Я изучал ее, сидя на скамье на противоположной стороне Плас Массена, перед тем как встать и подойти к ней. Мне нужно было знать наверняка, что она та, за кого я ее принимаю. А то ведь спросишь: «Сколько?» у бесплатной женщины, – ну вдруг зазевалась и стоит просто так в короткой юбке зеленой кожи, в колготках, порванных на коленях. Нет! Эта верно проститутка. Вне сомнений. Колени розоваты, ими явно поутру натирали пол. Это ей еще повезло, что Франция не признает ковров (по крайней мере я их в домах не встречал), ни настенных, никаких. А то стёсы были бы кровавыми. Зато сразу было бы ясно – проститутка. И не гадал бы две сигареты кряду, она или не она, на трехлепестковой фиалке, всматриваясь и щурясь через площадь с двумя фонтанами.
– Сколько?
У нее добродушное лицо. Курносое и безыдейное. Мысль не блуждает где-то там еще. Она здесь даже не селилась.

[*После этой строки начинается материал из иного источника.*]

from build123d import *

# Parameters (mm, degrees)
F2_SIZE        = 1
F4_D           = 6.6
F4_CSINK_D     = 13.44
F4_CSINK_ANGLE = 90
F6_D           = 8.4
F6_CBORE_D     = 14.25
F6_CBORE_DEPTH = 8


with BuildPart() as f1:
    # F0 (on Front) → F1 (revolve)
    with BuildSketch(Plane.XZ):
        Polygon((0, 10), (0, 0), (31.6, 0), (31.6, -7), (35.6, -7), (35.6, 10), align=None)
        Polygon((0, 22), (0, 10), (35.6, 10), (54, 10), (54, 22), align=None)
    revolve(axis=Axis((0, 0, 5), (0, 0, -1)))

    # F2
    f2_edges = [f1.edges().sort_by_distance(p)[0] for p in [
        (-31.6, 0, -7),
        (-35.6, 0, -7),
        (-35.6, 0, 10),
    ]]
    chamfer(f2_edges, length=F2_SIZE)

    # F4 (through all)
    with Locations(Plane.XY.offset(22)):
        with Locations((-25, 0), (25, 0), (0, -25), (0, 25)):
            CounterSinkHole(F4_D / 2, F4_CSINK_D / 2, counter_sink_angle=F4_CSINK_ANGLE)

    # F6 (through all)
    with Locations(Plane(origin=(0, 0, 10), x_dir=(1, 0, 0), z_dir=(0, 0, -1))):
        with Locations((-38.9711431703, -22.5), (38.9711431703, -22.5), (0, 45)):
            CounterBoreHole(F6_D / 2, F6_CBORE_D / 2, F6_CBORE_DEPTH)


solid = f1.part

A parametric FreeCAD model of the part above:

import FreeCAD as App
import Part
import Sketcher

V = App.Vector
Q = App.Units.Quantity


def edges_at(feature, points):
    """Names of the edges that pass closest to the given points."""
    edges = feature.Shape.Edges
    near = lambda p: min(range(len(edges)), key=lambda i: edges[i].distToShape(Part.Vertex(*p))[0])
    return sorted({f"Edge{near(p) + 1}" for p in points})


def add_polygon(sketch, points):
    """Adds a closed chain of lines whose ends are joined by coincident constraints."""
    first, n = sketch.GeometryCount, len(points)
    for a, b in zip(points, points[1:] + points[:1]):
        sketch.addGeometry(Part.LineSegment(App.Vector(*a, 0), App.Vector(*b, 0)), False)
    for i in range(n):
        sketch.addConstraint(Sketcher.Constraint("Coincident", first + i, 2, first + (i + 1) % n, 1))

doc = App.newDocument("Part")
params = doc.addObject("Spreadsheet::Sheet", "Params")
for row, (alias, value) in enumerate([
    ("sketch1_width", "4 mm"),
    ("sketch1_width2", "54 mm"),
    ("sketch1_height", "7 mm"),
    ("sketch1_height2", "17 mm"),
    ("sketch1_height3", "12 mm"),
    ("revolution_angle", "360 deg"),
    ("chamfer_size", "1 mm"),
    ("sketch2_diameter", "6.6 mm"),
    ("hole_diameter", "6.6 mm"),
    ("hole_csink_diameter", "13.44 mm"),
    ("sketch3_diameter", "8.4 mm"),
    ("hole2_diameter", "8.4 mm"),
    ("hole2_cbore_diameter", "14.25 mm"),
    ("hole2_cbore_depth", "8 mm"),
], start=1):
    params.set(f"A{row}", alias)
    params.set(f"B{row}", "=" + value)
    params.setAlias(f"B{row}", alias)

body = doc.addObject("PartDesign::Body", "Body")

# Sketch on XZ plane
sketch1 = body.newObject("Sketcher::SketchObject", "Sketch")
sketch1.AttachmentSupport = (doc.getObject("XZ_Plane"), [""])
sketch1.MapMode = "FlatFace"
add_polygon(sketch1, [(0, 0), (31.6, 0), (31.6, -7), (35.6, -7), (35.6, 10), (54, 10), (54, 22), (0, 22)])  # lines 0-7
sketch1.addConstraint([
    Sketcher.Constraint("Horizontal", 0),
    Sketcher.Constraint("Vertical", 1),
    Sketcher.Constraint("Horizontal", 2),
    Sketcher.Constraint("Vertical", 3),
    Sketcher.Constraint("Horizontal", 4),
    Sketcher.Constraint("Vertical", 5),
    Sketcher.Constraint("Horizontal", 6),
    Sketcher.Constraint("Vertical", 7),
    Sketcher.Constraint("Coincident", 7, 2, -1, 1),
    Sketcher.Constraint("DistanceX", 2, 1, 2, 2, Q("4 mm")),
    Sketcher.Constraint("DistanceX", 6, 2, 6, 1, Q("54 mm")),
    Sketcher.Constraint("DistanceY", 1, 2, 1, 1, Q("7 mm")),
    Sketcher.Constraint("DistanceY", 3, 1, 3, 2, Q("17 mm")),
    Sketcher.Constraint("DistanceY", 5, 1, 5, 2, Q("12 mm")),
    Sketcher.Constraint("DistanceX", 0, 1, 0, 2, Q("31.6 mm")),
])
sketch1.setExpression("Constraints[17]", "Params.sketch1_width")
sketch1.setExpression("Constraints[18]", "Params.sketch1_width2")
sketch1.setExpression("Constraints[19]", "Params.sketch1_height")
sketch1.setExpression("Constraints[20]", "Params.sketch1_height2")
sketch1.setExpression("Constraints[21]", "Params.sketch1_height3")
revolution = body.newObject("PartDesign::Revolution", "Revolution")
revolution.Profile = sketch1
revolution.ReferenceAxis = (sketch1, ["V_Axis"])
revolution.setExpression("Angle", "Params.revolution_angle")
doc.recompute()

chamfer = body.newObject("PartDesign::Chamfer", "Chamfer")
chamfer.Base = (revolution, edges_at(revolution, [(-31.6, 0, -7), (-35.6, 0, -7), (-35.6, 0, 10)]))
chamfer.setExpression("Size", "Params.chamfer_size")

# Sketch on XY plane
sketch2 = body.newObject("Sketcher::SketchObject", "Sketch001")
sketch2.AttachmentSupport = (doc.getObject("XY_Plane"), [""])
sketch2.MapMode = "FlatFace"
sketch2.AttachmentOffset = App.Placement(V(0, 0, 22), App.Rotation())
sketch2.addGeometry([
    Part.Circle(V(-25, 0, 0), V(0, 0, 1), 3.3),
    Part.Circle(V(25, 0, 0), V(0, 0, 1), 3.3),
    Part.Circle(V(0, -25, 0), V(0, 0, 1), 3.3),
    Part.Circle(V(0, 25, 0), V(0, 0, 1), 3.3),
], False)
sketch2.addConstraint([
    Sketcher.Constraint("Equal", 0, 1),
    Sketcher.Constraint("Equal", 1, 2),
    Sketcher.Constraint("Equal", 2, 3),
    Sketcher.Constraint("Symmetric", 0, 3, 1, 3, -1, 1),
    Sketcher.Constraint("Symmetric", 2, 3, 3, 3, -1, 1),
    Sketcher.Constraint("PointOnObject", 0, 3, -1),
    Sketcher.Constraint("PointOnObject", 2, 3, -2),
    Sketcher.Constraint("Diameter", 0, Q("6.6 mm")),
    Sketcher.Constraint("DistanceX", 0, 3, -1, 1, Q("25 mm")),
    Sketcher.Constraint("DistanceY", 2, 3, -1, 1, Q("25 mm")),
])
sketch2.setExpression("Constraints[7]", "Params.sketch2_diameter")
doc.recompute()
hole = body.newObject("PartDesign::Hole", "Hole")
hole.Profile = sketch2
hole.ThreadType = "None"
hole.setExpression("Diameter", "Params.hole_diameter")
hole.DepthType = "ThroughAll"
hole.HoleCutType = "Countersink"
hole.setExpression("HoleCutDiameter", "Params.hole_csink_diameter")
hole.HoleCutCountersinkAngle = 90

# Sketch on XY plane
sketch3 = body.newObject("Sketcher::SketchObject", "Sketch002")
sketch3.AttachmentSupport = (doc.getObject("XY_Plane"), [""])
sketch3.MapMode = "FlatFace"
sketch3.AttachmentOffset = App.Placement(V(0, 0, 10), App.Rotation())
sketch3.addGeometry([
    Part.Circle(V(-39, 22.5, 0), V(0, 0, 1), 4.2),
    Part.Circle(V(39, 22.5, 0), V(0, 0, 1), 4.2),
    Part.Circle(V(0, -45, 0), V(0, 0, 1), 4.2),
], False)
sketch3.addConstraint([
    Sketcher.Constraint("Equal", 0, 1),
    Sketcher.Constraint("Equal", 1, 2),
    Sketcher.Constraint("Symmetric", 0, 3, 1, 3, -2),
    Sketcher.Constraint("PointOnObject", 2, 3, -2),
    Sketcher.Constraint("Diameter", 0, Q("8.4 mm")),
    Sketcher.Constraint("DistanceY", 2, 3, -1, 1, Q("45 mm")),
    Sketcher.Constraint("DistanceY", -1, 1, 0, 3, Q("22.5 mm")),
    Sketcher.Constraint("DistanceX", 0, 3, -1, 1, Q("38.971143 mm")),
])
sketch3.setExpression("Constraints[4]", "Params.sketch3_diameter")
doc.recompute()
hole2 = body.newObject("PartDesign::Hole", "Hole001")
hole2.Profile = sketch3
hole2.ThreadType = "None"
hole2.setExpression("Diameter", "Params.hole2_diameter")
hole2.DepthType = "ThroughAll"
hole2.HoleCutType = "Counterbore"
hole2.setExpression("HoleCutDiameter", "Params.hole2_cbore_diameter")
hole2.setExpression("HoleCutDepth", "Params.hole2_cbore_depth")
hole2.Reversed = True

doc.recompute()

– Сто франков, – у нее приятный голос, грудной, мягкий, не пропитый, не прокуренный.
Я люблю людей, которые знают себе цену, – так говорил дедушка. Он водил меня на первомайскую демонстрацию однажды и дважды в мавзолей. В свой выходной. Это мое преимущество перед французами. Что делали вы в детстве по выходным? Да хотя бы ты, женщина с угла площади Массена и безымянного переулка. Ходила ты с дедушкой по выходным смотреть на труп? То-то! Дед любил людей, знавших себе цену. А я нет. И уверенных – нет. И убежденных – нет. Сто франков – это четыре большие пиццы с ветчиной, или десять пачек «Житан», или половина от двухсот, а двести – это сколько мне присылали родители на месяц. Не курить две недели я бы не смог. Нет, наверное, смог бы. Но не ценой трех-четырех сокращений предстательной железы. Двести затяжек против двух выстрелов и еще полкапли… Но я не ухожу. Меня интересует другое.
– Где? – я задаю второй вопрос.
Мне важно понимать, где происходит любовь, если ты бедный пятнадцатилетний бесквартирный.
– «Белград», – она указывает головой в сторону неприметного, врезанного между двух монументальных домов переулка, и отворачивается от меня.
С видом опытного покупателя уверенным шагом я иду в переулок, и первый белесый обшарпанный особняк – отель «Белград». Буква «Д» в вывеске выпала и оставила после себя плесневелый след. Над крыльцом две золотые звезды (гостиница-двоечница), и под звездами старый серб с коровьими глазами – волхвообразный, крупный, начерченный плавными линиями, взъерошенный и преждевременно седой. Допортретный набросок человека. Я сразу догадался, что он серб. Он был похож на среднерусского безымянного мужика, помятого жизнью и пришедшего с восточно-европейской равнины к приморским Альпам. Здесь, в трехстах метрах от первой линии и трехстах франках от лучшей жизни, он стал работать в отеле. И все же серб. Только сербы назовут отель «Белградом». Только французы назовут салат с тунцом «Нисуаз». Только итальянцы назовут тушеного зайца лигурийским. В выборе названий все народы более-менее одинаково тщеславны. Пожалуй, все, кроме евреев. Я не люблю обобщать, но прошлым летом меня вез таксист, и был он (и, видимо, остается) евреем. Мы ехали с Преображенки до Курской, и он разговаривал. Его звали Арон, и он казался мне сложно определяемым, то есть я не мог подобрать то самое прилагательное, которое пригвоздило бы его суть. Он сказал, что зовут его Арон, но имя это не слишком подходящее для Москвы. «Не слишком подходящее» красивое название здоровому страху получить пизды. «Генри», – представился он во второй раз. «Боря», – у меня запасного имени не было. Генри-Арон работал на трех работах и копил. Копил на мечту. Перед тем как остановить машину, он указал рукой вперед, а впереди, за изгибом кольца, должна была быть площадь «Красные ворота», если с ней не стряслось чего худого.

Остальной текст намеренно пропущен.